(Data entries)
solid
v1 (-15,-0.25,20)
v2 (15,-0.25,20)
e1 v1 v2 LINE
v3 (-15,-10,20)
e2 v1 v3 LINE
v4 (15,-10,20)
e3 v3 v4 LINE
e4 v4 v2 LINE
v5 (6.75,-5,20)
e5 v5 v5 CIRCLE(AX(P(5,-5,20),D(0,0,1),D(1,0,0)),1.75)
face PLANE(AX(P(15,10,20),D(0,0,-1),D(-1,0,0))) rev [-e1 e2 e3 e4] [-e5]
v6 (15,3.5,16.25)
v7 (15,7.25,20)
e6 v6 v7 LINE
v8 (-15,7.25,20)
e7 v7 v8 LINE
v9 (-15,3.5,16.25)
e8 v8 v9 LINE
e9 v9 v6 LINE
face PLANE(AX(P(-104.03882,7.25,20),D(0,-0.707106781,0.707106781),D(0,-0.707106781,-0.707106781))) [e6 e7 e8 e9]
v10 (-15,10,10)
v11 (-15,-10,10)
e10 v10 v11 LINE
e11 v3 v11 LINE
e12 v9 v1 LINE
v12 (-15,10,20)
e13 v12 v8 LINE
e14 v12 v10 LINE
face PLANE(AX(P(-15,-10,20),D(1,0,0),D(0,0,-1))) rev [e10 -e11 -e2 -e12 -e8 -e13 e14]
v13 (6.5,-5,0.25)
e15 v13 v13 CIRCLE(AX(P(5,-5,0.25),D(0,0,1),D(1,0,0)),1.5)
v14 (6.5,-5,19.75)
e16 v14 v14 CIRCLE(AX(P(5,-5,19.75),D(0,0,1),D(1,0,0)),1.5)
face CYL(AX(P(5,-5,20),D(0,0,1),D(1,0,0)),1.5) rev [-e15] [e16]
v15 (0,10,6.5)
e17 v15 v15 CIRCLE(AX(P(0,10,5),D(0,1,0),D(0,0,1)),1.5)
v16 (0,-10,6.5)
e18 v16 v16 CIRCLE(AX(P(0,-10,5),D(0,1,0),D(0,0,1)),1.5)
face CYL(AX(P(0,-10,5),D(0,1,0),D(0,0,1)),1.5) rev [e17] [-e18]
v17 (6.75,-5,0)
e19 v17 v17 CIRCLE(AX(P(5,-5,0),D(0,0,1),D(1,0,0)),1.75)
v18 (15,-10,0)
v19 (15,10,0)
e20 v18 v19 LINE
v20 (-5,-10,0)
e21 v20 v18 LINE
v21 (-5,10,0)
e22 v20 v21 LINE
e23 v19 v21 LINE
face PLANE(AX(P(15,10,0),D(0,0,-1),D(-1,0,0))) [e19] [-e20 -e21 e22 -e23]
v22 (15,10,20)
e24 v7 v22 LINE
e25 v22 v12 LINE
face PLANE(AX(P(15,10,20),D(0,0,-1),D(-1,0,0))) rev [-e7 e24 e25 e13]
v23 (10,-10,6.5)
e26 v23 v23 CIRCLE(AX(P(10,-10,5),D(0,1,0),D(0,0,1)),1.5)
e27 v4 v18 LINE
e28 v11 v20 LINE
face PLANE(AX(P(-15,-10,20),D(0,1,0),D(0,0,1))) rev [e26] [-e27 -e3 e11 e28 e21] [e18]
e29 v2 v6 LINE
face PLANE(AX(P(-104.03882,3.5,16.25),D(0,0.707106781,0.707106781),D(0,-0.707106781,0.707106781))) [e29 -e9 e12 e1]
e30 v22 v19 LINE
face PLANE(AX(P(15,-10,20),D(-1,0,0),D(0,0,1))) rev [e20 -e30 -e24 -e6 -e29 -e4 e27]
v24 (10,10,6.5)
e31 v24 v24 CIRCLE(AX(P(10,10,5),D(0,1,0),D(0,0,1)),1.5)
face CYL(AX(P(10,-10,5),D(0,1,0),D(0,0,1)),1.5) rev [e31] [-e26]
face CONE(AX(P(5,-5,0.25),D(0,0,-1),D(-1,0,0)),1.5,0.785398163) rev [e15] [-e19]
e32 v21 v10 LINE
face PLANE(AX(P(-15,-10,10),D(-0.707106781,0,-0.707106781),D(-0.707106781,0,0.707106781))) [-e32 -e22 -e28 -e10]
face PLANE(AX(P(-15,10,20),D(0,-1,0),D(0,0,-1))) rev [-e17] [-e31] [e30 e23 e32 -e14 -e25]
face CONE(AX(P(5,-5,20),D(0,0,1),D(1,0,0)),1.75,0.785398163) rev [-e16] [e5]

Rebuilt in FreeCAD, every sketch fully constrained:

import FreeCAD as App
import Part
import Sketcher
from FreeCAD import Vector


def edges_at(feature, points):
    """Names of the edges that pass closest to the given points."""
    edges = feature.Shape.Edges
    near = lambda p: min(range(len(edges)), key=lambda i: edges[i].distToShape(Part.Vertex(*p))[0])
    return sorted({f"Edge{near(p) + 1}" for p in points})


def add_polygon(sketch, points):
    """Adds a closed chain of lines whose ends are joined by coincident constraints."""
    first, n = sketch.GeometryCount, len(points)
    for a, b in zip(points, points[1:] + points[:1]):
        sketch.addGeometry(Part.LineSegment(App.Vector(*a, 0), App.Vector(*b, 0)), False)
    for i in range(n):
        sketch.addConstraint(Sketcher.Constraint("Coincident", first + i, 2, first + (i + 1) % n, 1))

doc = App.newDocument("Part")
body = doc.addObject("PartDesign::Body", "Body")

sketch1 = doc.addObject("Sketcher::SketchObject", "Sketch")
body.addObject(sketch1)
sketch1.AttachmentSupport = (doc.XY_Plane, [""])
sketch1.MapMode = "FlatFace"
add_polygon(sketch1, [(-15, 10), (-15, -10), (15, -10), (15, 10)])
sketch1.addConstraint(Sketcher.Constraint("Vertical", 0))
sketch1.addConstraint(Sketcher.Constraint("Horizontal", 1))
sketch1.addConstraint(Sketcher.Constraint("Vertical", 2))
sketch1.addConstraint(Sketcher.Constraint("Horizontal", 3))
sketch1.addConstraint(Sketcher.Constraint("Symmetric", 0, 2, 2, 2, -1, 1))
sketch1.addConstraint(Sketcher.Constraint("DistanceX", 1, 1, 1, 2, 30.0))
sketch1.addConstraint(Sketcher.Constraint("DistanceY", 0, 2, 0, 1, 20.0))
pad1 = doc.addObject("PartDesign::Pad", "Pad")
body.addObject(pad1)
pad1.Profile = sketch1
pad1.Length = 20

sketch2 = doc.addObject("Sketcher::SketchObject", "Sketch001")
body.addObject(sketch2)
sketch2.AttachmentSupport = (doc.YZ_Plane, [""])
sketch2.MapMode = "FlatFace"
sketch2.AttachmentOffset = App.Placement(Vector(0, 0, -15), App.Rotation())
add_polygon(sketch2, [(52, 64), (4, 16), (-45, 64), (-45, 190), (52, 190)])
sketch2.addConstraint(Sketcher.Constraint("Vertical", 2))
sketch2.addConstraint(Sketcher.Constraint("Horizontal", 3))
sketch2.addConstraint(Sketcher.Constraint("Vertical", 4))
sketch2.addConstraint(Sketcher.Constraint("Perpendicular", 0, 1))
sketch2.addConstraint(Sketcher.Constraint("Horizontal", 1, 2, 4, 2))
sketch2.addConstraint(Sketcher.Constraint("Equal", 0, 1))
sketch2.addConstraint(Sketcher.Constraint("DistanceX", -1, 1, 0, 2, 3.5))
sketch2.addConstraint(Sketcher.Constraint("DistanceY", -1, 1, 0, 2, 16.25))
sketch2.addConstraint(Sketcher.Constraint("DistanceX", 3, 1, 3, 2, 96.34488))
sketch2.addConstraint(Sketcher.Constraint("DistanceY", 2, 1, 2, 2, 125.645634))
pocket1 = doc.addObject("PartDesign::Pocket", "Pocket")
body.addObject(pocket1)
pocket1.Profile = sketch2
pocket1.Type = "ThroughAll"
pocket1.Midplane = True

sketch3 = doc.addObject("Sketcher::SketchObject", "Sketch002")
body.addObject(sketch3)
sketch3.AttachmentSupport = (doc.XZ_Plane, [""])
sketch3.MapMode = "FlatFace"
sketch3.AttachmentOffset = App.Placement(Vector(0, 0, -10), App.Rotation())
sketch3.addGeometry(Part.Circle(Vector(10, 5, 0), Vector(0, 0, 1), 1.5), False)
sketch3.addGeometry(Part.Circle(Vector(0, 5, 0), Vector(0, 0, 1), 1.5), False)
sketch3.addConstraint(Sketcher.Constraint("Equal", 0, 1))
sketch3.addConstraint(Sketcher.Constraint("PointOnObject", 1, 3, -2))
sketch3.addConstraint(Sketcher.Constraint("Horizontal", 0, 3, 1, 3))
sketch3.addConstraint(Sketcher.Constraint("Diameter", 0, 3.0))
sketch3.addConstraint(Sketcher.Constraint("DistanceX", -1, 1, 0, 3, 10.0))
sketch3.addConstraint(Sketcher.Constraint("DistanceY", -1, 1, 0, 3, 5.0))
pocket2 = doc.addObject("PartDesign::Pocket", "Pocket001")
body.addObject(pocket2)
pocket2.Profile = sketch3
pocket2.Type = "ThroughAll"
pocket2.Reversed = True
doc.recompute()

chamfer = doc.addObject("PartDesign::Chamfer", "Chamfer")
body.addObject(chamfer)
chamfer.Base = (pocket2, edges_at(pocket2, [(-15, 0, 0)]))
chamfer.Size = 10

sketch4 = doc.addObject("Sketcher::SketchObject", "Sketch003")
body.addObject(sketch4)
sketch4.AttachmentSupport = (doc.YZ_Plane, [""])
sketch4.MapMode = "FlatFace"
sketch4.AttachmentOffset = App.Placement(Vector(0, 0, 5), App.Rotation())
add_polygon(sketch4, [(-5, 0), (-5, 20), (-6.75, 20), (-6.5, 19.75), (-6.5, 0.25), (-6.75, 0)])
sketch4.addGeometry(Part.LineSegment(Vector(-5, 20, 0), Vector(-5, 0, 0)), True)
sketch4.addConstraint(Sketcher.Constraint("Vertical", 0))
sketch4.addConstraint(Sketcher.Constraint("Horizontal", 1))
sketch4.addConstraint(Sketcher.Constraint("Vertical", 3))
sketch4.addConstraint(Sketcher.Constraint("Horizontal", 5))
sketch4.addConstraint(Sketcher.Constraint("Vertical", 6))
sketch4.addConstraint(Sketcher.Constraint("Coincident", 6, 1, 0, 2))
sketch4.addConstraint(Sketcher.Constraint("PointOnObject", 4, 2, -1))
sketch4.addConstraint(Sketcher.Constraint("PointOnObject", 6, 2, -1))
sketch4.addConstraint(Sketcher.Constraint("Perpendicular", 2, 4))
sketch4.addConstraint(Sketcher.Constraint("Vertical", 1, 2, 4, 2))
sketch4.addConstraint(Sketcher.Constraint("Equal", 2, 4))
sketch4.addConstraint(Sketcher.Constraint("DistanceY", 0, 1, 0, 2, 20.0))
sketch4.addConstraint(Sketcher.Constraint("DistanceY", 3, 2, 3, 1, 19.5))
sketch4.addConstraint(Sketcher.Constraint("DistanceX", 0, 2, -1, 1, 5.0))
sketch4.addConstraint(Sketcher.Constraint("DistanceX", 1, 2, 1, 1, 1.75))
groove = doc.addObject("PartDesign::Groove", "Groove")
body.addObject(groove)
groove.Profile = sketch4
groove.ReferenceAxis = (sketch4, ["Axis0"])
groove.Angle = 360

doc.recompute()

## What is required
Copy only this part of the entries above: the line with "e8 v8 v9 LINE", the line with "e14 v12 v10 LINE", and the lines between, all exactly as written.

## Output below
e8 v8 v9 LINE
e9 v9 v6 LINE
face PLANE(AX(P(-104.03882,7.25,20),D(0,-0.707106781,0.707106781),D(0,-0.707106781,-0.707106781))) [e6 e7 e8 e9]
v10 (-15,10,10)
v11 (-15,-10,10)
e10 v10 v11 LINE
e11 v3 v11 LINE
e12 v9 v1 LINE
v12 (-15,10,20)
e13 v12 v8 LINE
e14 v12 v10 LINE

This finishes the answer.